Dyspareunia Deep Dive - Ouch Zones

Dyspareunia: Genital pain before, during, or after intercourse.

TypeCommon Etiologies
SuperficialVulvodynia (provoked vestibulodynia - PVD), infections (candidiasis, HSV), vulvovaginal atrophy, inadequate lubrication, vulvar dermatoses.
DeepEndometriosis, Pelvic Inflammatory Disease (PID), adnexal pathology (cysts), fibroids, adenomyosis, pelvic adhesions, musculoskeletal conditions.
-   History: Pain onset, location, character.
-   Q-tip test: For PVD; identifies specific tender points at vulvar vestibule.
-   Bimanual exam: Detects deep pelvic tenderness or masses.

⭐ Provoked vestibulodynia, a common cause of superficial dyspareunia, is typically diagnosed with the cotton swab (Q-tip) test to identify specific tender points at the vulvar vestibule.

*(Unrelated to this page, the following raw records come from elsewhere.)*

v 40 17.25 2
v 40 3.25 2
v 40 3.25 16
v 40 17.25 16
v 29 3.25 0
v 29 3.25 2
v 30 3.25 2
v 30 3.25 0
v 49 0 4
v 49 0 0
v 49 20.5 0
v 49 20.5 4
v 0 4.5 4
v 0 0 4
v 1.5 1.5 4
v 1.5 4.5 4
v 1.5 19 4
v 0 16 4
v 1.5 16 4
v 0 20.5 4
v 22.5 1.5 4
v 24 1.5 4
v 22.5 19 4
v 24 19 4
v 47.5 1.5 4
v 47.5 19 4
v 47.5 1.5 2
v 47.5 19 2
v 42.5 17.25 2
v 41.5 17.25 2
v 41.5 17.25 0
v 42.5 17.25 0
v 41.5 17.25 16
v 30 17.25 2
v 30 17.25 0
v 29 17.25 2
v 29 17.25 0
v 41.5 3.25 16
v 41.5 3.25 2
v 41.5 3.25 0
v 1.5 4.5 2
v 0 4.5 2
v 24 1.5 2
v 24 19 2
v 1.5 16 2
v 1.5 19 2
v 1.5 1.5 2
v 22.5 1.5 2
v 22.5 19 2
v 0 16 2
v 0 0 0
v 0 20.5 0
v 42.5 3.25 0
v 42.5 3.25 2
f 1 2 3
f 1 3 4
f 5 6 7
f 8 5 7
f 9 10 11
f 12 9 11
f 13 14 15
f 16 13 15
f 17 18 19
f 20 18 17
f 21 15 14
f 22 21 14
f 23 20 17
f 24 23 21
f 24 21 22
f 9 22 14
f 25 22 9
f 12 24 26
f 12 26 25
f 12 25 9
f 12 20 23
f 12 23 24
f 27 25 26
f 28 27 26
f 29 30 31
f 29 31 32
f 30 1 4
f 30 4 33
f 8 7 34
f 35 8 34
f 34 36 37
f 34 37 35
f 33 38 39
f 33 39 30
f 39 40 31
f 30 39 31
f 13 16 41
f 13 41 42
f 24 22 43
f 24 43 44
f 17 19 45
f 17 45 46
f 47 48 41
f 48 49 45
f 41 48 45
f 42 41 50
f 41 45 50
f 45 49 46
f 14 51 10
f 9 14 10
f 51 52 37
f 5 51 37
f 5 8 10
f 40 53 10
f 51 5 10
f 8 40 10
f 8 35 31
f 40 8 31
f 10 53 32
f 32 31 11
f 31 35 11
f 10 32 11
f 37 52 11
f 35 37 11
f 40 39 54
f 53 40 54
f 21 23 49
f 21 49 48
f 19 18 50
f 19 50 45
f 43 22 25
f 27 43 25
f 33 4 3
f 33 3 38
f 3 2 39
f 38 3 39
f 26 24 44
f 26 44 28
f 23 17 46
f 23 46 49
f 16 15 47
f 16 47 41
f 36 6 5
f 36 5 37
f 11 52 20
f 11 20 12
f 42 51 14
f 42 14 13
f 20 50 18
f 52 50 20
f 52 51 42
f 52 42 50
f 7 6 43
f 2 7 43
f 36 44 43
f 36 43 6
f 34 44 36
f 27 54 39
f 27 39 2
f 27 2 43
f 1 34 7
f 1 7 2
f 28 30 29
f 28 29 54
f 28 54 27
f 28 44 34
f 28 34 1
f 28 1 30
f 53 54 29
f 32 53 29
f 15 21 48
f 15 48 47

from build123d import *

# Parameters (mm, degrees)
SKETCH_W        = 49
SKETCH_H        = 20.5
PAD_DEPTH       = 4
POCKET_DEPTH    = 2
SKETCH002_W     = 23.5
SKETCH002_H     = 17.5
POCKET001_DEPTH = 2
SKETCH004_W     = 1
SKETCH004_H     = 14
POCKET002_DEPTH = 2
SKETCH005_W     = 1.5
SKETCH005_H     = 14
PAD001_DEPTH    = 14


with BuildPart() as part:
    # Sketch → Pad (new body)
    with BuildSketch(Plane.XY):
        with Locations((24.5, 10.25)):
            Rectangle(SKETCH_W, SKETCH_H)
    extrude(amount=PAD_DEPTH)

    # Sketch001 (on Face6 of Pad) → Pocket (cut)
    with BuildSketch(Plane.XY.offset(4)):
        Polygon((1.5, 19), (22.5, 19), (22.5, 1.5), (1.5, 1.5), (1.5, 4.5), (0, 4.5), (0, 16), (1.5, 16), align=None)
    extrude(amount=-POCKET_DEPTH, mode=Mode.SUBTRACT)

    # Sketch002 (on Face5 of Pocket) → Pocket001 (cut)
    with BuildSketch(Plane.XY.offset(4)):
        with Locations((35.75, 10.25)):
            Rectangle(SKETCH002_W, SKETCH002_H)
    extrude(amount=-POCKET001_DEPTH, mode=Mode.SUBTRACT)

    # Sketch004 (on Face19 of Pocket001) → Pocket002 (cut)
    with BuildSketch(Plane.XY.offset(2)):
        with Locations((29.5, 10.25)):
            Rectangle(SKETCH004_W, SKETCH004_H)
        with Locations((42, 10.25)):
            Rectangle(SKETCH004_W, SKETCH004_H)
    extrude(amount=-POCKET002_DEPTH, mode=Mode.SUBTRACT)

    # Sketch005 (on Face27 of Pocket002) → Pad001 (join)
    with BuildSketch(Plane.XY.offset(2)):
        with Locations((40.75, 10.25)):
            Rectangle(SKETCH005_W, SKETCH005_H)
    extrude(amount=PAD001_DEPTH)


solid = part.part
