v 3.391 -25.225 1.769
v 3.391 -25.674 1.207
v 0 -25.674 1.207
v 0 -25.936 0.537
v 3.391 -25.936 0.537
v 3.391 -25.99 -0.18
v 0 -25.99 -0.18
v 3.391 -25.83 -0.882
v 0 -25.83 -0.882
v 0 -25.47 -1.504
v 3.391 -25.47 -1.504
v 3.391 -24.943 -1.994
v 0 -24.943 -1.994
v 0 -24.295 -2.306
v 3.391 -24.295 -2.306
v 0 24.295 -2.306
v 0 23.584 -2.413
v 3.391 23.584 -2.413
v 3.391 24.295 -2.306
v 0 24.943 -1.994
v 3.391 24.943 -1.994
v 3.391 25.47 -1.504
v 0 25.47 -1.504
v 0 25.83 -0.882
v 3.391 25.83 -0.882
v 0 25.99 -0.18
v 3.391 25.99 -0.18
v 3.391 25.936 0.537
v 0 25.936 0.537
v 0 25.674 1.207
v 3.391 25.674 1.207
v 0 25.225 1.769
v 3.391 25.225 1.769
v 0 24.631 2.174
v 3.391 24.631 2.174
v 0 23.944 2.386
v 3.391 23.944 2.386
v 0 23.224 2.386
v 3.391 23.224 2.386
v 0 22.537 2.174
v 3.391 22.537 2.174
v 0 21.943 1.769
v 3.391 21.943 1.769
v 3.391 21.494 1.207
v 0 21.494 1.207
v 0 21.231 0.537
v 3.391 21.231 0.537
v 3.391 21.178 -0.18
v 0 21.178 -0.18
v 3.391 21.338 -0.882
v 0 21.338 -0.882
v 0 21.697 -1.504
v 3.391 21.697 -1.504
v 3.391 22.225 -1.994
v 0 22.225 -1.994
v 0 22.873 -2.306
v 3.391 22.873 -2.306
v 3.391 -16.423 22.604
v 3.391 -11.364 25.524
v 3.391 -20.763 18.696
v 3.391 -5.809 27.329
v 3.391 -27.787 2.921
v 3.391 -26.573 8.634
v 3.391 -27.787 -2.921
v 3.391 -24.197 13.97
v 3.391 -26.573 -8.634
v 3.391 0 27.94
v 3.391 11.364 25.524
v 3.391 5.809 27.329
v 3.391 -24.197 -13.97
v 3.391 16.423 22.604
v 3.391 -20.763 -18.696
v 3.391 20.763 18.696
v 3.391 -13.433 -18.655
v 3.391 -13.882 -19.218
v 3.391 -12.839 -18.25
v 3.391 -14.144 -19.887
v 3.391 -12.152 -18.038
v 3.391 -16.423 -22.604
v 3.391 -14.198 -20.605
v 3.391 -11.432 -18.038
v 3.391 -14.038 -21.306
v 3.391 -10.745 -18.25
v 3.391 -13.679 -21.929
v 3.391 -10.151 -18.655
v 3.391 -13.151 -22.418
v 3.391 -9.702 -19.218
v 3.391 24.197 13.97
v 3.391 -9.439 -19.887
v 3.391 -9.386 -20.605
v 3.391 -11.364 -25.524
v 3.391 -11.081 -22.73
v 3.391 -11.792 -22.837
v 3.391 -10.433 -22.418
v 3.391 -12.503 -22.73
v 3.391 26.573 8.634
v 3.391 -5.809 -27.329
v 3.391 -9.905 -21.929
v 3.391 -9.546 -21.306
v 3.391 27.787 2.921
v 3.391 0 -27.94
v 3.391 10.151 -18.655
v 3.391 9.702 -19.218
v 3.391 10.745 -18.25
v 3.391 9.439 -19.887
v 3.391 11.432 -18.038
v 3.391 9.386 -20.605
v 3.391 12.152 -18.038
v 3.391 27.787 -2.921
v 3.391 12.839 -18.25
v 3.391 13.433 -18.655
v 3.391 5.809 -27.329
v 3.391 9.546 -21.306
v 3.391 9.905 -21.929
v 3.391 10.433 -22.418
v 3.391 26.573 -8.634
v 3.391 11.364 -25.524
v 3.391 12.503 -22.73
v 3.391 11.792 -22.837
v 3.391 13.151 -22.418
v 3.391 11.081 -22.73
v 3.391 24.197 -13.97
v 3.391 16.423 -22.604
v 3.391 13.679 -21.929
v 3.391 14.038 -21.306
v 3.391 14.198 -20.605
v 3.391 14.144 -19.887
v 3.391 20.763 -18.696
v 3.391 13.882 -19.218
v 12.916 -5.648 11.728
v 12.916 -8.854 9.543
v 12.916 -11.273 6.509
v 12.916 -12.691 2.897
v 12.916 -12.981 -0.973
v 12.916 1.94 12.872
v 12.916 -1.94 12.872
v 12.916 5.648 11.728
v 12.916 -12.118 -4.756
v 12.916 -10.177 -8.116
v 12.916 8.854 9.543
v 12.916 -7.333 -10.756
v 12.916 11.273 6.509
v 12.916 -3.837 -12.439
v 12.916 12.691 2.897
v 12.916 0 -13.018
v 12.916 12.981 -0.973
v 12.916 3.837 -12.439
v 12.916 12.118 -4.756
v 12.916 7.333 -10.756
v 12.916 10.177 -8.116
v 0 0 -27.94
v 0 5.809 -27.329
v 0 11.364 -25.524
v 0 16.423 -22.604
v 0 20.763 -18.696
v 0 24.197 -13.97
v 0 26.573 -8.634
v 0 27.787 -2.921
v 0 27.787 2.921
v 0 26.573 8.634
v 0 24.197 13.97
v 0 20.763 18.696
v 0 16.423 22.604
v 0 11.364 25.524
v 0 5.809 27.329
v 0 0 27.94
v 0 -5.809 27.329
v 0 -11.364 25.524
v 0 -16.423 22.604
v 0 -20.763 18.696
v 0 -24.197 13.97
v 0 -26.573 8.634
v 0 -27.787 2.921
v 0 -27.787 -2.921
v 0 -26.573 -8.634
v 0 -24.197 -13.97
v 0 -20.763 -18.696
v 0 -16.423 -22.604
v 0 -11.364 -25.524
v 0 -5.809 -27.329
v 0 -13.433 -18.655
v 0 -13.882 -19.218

Vulvar vestibule and surrounding structures anatomyoka

Vaginismus Unveiled - Entry Barriers

  • Definition: Involuntary spasm of pelvic floor muscles, primarily pubococcygeus, preventing or making vaginal entry painful.
  • Etiologies:
    • Psychological: Fear (of pain, pregnancy), anxiety, past sexual trauma, relationship issues.
    • Physical: Infections (e.g., vulvovaginitis), childbirth trauma, endometriosis, genitourinary syndrome of menopause.
  • Clinical Presentation: Difficulty/impossibility of vaginal penetration (intercourse, tampons, speculum exam); marked fear or anxiety about penetration.
  • Diagnostic Approach: Primarily clinical, based on history and gentle pelvic exam (often reveals muscle spasm upon attempted entry). Rule out organic causes.

⭐ The hallmark of vaginismus is the involuntary contraction of the pubococcygeus muscle group (muscles of the outer third of the vagina) upon attempted vaginal penetration.

Management Strategies - Healing Pathways

  • Multidisciplinary Approach: Key for comprehensive care.
  • General Principles:
    • Patient education: Understanding the condition.
    • Communication: Open dialogue with partner & clinician.
    • Psychosexual counseling: Addressing psychological factors.
  • Specific Treatments:
    • Dyspareunia: Identify & treat cause (e.g., infection, endometriosis, atrophy). Topical agents (lubricants, estrogen). Pelvic floor physiotherapy.
    • Vaginismus: Psychoeducation, Cognitive Behavioral Therapy (CBT). Systematic desensitization using vaginal dilators. Pelvic floor relaxation exercises.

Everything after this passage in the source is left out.